### Assignment:
Once the line holding "#140=LINE('',#47,#64);" is found in the listing below, write it out and each later line exactly, up to and including the one holding "#162=FACE_BOUND('',#161,.T.);".

• • •

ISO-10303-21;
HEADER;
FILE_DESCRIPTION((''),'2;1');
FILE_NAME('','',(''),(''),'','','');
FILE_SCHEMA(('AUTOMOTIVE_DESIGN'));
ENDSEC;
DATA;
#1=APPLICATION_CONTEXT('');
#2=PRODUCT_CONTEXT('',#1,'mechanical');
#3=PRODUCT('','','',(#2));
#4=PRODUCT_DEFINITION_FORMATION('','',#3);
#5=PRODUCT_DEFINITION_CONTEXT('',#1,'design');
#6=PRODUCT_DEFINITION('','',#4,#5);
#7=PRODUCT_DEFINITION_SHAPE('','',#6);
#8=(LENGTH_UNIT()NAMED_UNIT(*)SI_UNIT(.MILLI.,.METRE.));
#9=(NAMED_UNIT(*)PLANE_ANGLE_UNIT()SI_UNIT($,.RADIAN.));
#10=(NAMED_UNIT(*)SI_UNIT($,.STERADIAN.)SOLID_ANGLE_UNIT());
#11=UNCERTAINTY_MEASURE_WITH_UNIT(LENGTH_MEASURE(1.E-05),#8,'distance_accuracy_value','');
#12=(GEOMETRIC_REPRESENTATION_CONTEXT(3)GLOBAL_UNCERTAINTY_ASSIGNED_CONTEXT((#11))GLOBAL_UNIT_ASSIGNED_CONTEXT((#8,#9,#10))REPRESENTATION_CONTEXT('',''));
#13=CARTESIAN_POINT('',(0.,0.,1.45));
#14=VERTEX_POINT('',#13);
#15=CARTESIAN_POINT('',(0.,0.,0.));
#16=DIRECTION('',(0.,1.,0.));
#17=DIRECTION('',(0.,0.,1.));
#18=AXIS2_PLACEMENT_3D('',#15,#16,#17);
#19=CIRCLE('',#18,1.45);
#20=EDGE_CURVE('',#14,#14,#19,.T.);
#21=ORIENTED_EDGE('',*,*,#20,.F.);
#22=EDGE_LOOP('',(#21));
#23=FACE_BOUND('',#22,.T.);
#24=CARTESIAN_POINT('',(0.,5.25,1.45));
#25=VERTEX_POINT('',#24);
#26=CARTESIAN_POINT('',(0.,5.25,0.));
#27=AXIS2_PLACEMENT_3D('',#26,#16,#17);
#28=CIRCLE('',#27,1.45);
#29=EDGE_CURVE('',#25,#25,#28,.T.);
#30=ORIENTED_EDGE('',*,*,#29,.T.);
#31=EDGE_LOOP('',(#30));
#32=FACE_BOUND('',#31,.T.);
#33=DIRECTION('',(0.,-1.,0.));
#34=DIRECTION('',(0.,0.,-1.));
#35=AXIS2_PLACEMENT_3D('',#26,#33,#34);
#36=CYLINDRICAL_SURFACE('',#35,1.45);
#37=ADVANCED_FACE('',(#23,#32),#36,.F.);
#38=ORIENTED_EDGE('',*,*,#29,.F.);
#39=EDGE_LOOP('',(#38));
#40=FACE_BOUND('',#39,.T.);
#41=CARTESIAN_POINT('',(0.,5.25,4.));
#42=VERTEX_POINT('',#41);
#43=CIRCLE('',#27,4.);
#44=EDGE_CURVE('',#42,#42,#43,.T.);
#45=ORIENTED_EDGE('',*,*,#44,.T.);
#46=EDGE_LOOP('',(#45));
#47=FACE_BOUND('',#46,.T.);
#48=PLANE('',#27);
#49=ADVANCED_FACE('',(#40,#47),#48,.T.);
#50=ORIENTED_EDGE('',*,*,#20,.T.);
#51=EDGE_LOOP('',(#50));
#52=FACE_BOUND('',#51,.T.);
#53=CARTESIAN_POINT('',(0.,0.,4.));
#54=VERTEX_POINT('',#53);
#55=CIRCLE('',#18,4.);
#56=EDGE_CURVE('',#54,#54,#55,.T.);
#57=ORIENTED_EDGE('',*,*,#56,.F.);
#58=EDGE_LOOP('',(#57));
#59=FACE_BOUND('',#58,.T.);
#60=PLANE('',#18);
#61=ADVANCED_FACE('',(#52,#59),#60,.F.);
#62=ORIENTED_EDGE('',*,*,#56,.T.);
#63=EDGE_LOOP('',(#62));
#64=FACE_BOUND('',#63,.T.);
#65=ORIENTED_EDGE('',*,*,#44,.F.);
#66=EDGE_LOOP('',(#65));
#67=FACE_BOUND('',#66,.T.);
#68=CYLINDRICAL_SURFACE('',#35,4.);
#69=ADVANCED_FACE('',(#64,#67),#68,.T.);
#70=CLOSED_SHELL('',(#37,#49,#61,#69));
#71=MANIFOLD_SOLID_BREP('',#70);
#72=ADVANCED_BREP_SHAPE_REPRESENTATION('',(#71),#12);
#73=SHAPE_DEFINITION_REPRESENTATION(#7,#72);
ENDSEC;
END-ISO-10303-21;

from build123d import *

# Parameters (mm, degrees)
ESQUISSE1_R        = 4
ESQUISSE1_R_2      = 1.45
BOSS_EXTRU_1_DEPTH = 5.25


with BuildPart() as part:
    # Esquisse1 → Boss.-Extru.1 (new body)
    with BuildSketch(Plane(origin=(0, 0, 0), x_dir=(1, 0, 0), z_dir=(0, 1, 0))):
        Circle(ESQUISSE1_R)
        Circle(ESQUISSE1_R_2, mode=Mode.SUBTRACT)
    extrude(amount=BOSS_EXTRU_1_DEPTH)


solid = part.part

• • •

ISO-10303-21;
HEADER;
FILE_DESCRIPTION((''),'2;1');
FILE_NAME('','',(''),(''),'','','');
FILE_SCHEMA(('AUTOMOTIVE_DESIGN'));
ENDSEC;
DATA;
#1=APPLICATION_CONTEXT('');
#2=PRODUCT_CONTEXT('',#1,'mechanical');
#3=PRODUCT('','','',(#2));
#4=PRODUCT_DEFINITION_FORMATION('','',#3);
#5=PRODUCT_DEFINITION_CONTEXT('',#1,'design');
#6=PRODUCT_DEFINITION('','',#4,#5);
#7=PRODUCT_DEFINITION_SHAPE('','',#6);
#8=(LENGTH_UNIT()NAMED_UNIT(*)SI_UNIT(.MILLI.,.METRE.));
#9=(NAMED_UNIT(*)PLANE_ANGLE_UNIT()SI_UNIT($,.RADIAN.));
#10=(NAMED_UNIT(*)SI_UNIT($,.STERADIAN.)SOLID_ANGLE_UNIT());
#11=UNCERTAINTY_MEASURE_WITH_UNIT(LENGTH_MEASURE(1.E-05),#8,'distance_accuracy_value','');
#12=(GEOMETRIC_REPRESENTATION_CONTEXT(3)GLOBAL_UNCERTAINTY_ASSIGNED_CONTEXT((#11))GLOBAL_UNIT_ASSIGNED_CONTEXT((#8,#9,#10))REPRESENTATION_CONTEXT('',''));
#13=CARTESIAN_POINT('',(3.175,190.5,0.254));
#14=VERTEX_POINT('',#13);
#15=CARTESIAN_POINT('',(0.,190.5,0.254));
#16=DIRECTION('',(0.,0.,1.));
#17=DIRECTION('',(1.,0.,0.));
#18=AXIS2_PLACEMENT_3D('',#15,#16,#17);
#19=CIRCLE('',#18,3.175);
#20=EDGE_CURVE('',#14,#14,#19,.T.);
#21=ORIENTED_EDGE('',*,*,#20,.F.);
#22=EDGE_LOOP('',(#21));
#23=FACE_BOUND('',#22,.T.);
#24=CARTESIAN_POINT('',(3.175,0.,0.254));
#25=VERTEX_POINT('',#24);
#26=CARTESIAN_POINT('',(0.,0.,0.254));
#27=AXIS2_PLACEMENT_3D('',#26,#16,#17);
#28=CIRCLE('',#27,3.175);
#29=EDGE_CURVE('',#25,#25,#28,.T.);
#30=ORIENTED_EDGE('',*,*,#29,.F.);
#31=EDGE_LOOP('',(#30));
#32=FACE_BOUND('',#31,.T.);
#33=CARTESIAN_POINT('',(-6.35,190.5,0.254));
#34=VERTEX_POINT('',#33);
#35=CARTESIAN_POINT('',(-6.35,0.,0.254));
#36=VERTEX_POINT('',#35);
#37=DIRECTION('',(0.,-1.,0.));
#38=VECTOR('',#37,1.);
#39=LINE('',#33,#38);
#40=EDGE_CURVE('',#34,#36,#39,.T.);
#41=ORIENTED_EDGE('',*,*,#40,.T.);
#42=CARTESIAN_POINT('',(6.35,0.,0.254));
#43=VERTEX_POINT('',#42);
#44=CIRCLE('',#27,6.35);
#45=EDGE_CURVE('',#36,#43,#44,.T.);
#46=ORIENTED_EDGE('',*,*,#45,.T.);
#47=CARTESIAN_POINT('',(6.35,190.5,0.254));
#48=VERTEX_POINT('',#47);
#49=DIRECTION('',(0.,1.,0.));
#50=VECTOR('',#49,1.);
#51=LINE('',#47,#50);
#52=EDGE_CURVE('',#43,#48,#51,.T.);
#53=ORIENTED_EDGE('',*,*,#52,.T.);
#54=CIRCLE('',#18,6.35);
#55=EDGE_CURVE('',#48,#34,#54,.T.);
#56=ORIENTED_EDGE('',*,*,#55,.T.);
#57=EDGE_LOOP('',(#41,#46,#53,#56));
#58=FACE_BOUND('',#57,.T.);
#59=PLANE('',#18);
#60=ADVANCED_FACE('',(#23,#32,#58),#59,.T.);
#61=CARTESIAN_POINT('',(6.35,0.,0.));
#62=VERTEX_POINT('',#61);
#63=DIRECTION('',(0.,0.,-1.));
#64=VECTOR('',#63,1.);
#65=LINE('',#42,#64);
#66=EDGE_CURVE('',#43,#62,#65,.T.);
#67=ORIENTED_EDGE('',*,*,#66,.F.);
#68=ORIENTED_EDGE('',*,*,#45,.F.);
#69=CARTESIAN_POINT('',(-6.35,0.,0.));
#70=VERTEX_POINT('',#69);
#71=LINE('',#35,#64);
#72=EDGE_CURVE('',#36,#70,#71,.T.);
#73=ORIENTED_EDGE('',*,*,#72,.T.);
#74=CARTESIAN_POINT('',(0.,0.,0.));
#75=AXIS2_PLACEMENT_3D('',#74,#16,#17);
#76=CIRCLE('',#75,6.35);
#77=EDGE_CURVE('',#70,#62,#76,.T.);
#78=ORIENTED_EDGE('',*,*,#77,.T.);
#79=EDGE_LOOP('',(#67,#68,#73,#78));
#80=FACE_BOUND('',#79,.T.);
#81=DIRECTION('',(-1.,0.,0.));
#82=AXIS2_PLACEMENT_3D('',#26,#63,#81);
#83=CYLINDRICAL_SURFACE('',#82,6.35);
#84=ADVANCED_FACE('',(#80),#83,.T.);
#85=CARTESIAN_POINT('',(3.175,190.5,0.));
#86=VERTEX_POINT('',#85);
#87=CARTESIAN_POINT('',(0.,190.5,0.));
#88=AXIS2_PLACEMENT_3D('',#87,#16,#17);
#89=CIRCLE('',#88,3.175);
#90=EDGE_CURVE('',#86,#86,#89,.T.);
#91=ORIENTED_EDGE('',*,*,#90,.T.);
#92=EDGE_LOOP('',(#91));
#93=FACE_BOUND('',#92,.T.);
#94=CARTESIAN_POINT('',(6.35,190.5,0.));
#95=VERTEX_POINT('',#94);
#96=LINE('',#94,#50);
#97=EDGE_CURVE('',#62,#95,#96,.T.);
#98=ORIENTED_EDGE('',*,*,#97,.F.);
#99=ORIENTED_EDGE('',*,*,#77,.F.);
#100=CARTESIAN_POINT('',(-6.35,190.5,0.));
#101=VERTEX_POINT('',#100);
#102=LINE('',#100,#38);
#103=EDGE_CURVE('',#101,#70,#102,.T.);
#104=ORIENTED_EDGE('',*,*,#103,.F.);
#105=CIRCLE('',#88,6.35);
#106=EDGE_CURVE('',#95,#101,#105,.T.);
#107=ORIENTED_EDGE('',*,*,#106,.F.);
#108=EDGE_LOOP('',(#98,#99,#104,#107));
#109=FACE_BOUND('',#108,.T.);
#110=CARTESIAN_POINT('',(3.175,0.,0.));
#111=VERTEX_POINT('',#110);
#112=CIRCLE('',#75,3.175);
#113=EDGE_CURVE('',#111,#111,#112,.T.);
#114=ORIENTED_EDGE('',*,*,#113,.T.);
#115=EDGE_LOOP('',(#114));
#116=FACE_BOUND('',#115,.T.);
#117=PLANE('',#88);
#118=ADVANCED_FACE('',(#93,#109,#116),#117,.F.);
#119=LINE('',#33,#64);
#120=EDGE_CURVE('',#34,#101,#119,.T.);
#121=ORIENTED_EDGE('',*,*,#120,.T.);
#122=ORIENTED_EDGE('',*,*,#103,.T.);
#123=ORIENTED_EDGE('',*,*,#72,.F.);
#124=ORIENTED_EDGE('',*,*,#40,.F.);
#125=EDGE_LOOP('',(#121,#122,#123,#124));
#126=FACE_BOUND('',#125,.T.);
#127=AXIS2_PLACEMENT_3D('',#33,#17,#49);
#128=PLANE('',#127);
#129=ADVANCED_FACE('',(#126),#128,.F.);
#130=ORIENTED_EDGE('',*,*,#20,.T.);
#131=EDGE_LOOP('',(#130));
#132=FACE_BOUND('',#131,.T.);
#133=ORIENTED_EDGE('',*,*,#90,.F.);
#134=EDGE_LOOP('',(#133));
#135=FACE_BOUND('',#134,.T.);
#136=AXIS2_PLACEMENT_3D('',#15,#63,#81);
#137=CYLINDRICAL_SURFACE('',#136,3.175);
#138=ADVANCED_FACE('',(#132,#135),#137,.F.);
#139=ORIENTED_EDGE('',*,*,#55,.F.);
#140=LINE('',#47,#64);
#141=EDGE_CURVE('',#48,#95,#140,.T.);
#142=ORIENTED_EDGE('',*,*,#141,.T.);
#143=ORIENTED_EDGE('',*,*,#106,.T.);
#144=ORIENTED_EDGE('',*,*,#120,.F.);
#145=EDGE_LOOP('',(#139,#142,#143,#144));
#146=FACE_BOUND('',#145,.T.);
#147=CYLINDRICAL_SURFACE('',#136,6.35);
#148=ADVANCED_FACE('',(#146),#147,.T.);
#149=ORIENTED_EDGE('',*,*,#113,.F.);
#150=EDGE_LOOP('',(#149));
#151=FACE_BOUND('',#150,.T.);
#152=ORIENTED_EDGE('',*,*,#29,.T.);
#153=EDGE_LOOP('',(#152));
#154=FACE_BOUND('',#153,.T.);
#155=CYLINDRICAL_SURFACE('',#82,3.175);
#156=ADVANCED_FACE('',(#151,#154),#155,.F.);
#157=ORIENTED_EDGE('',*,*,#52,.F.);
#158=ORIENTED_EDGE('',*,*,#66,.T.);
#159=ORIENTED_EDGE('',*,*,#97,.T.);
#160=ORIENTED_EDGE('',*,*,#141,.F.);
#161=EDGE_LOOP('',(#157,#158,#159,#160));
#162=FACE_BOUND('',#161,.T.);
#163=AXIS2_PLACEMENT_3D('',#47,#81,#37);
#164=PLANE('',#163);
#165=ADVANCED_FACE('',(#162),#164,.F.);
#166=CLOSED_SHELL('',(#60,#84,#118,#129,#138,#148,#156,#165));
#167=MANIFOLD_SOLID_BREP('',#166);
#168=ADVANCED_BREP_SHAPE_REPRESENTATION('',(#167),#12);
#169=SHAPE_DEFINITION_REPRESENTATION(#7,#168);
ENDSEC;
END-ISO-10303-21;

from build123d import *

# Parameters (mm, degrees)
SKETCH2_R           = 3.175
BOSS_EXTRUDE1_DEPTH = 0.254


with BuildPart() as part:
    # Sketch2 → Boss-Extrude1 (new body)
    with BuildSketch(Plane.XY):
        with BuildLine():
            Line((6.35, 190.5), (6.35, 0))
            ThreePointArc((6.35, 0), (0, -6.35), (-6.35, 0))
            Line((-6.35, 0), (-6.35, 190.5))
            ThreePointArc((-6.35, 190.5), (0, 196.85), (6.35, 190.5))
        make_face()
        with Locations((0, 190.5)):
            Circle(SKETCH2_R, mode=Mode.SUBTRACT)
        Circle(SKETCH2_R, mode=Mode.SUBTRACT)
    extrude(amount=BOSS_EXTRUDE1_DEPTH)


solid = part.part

• • •

### Result for this task:
#140=LINE('',#47,#64);
#141=EDGE_CURVE('',#48,#95,#140,.T.);
#142=ORIENTED_EDGE('',*,*,#141,.T.);
#143=ORIENTED_EDGE('',*,*,#106,.T.);
#144=ORIENTED_EDGE('',*,*,#120,.F.);
#145=EDGE_LOOP('',(#139,#142,#143,#144));
#146=FACE_BOUND('',#145,.T.);
#147=CYLINDRICAL_SURFACE('',#136,6.35);
#148=ADVANCED_FACE('',(#146),#147,.T.);
#149=ORIENTED_EDGE('',*,*,#113,.F.);
#150=EDGE_LOOP('',(#149));
#151=FACE_BOUND('',#150,.T.);
#152=ORIENTED_EDGE('',*,*,#29,.T.);
#153=EDGE_LOOP('',(#152));
#154=FACE_BOUND('',#153,.T.);
#155=CYLINDRICAL_SURFACE('',#82,3.175);
#156=ADVANCED_FACE('',(#151,#154),#155,.F.);
#157=ORIENTED_EDGE('',*,*,#52,.F.);
#158=ORIENTED_EDGE('',*,*,#66,.T.);
#159=ORIENTED_EDGE('',*,*,#97,.T.);
#160=ORIENTED_EDGE('',*,*,#141,.F.);
#161=EDGE_LOOP('',(#157,#158,#159,#160));
#162=FACE_BOUND('',#161,.T.);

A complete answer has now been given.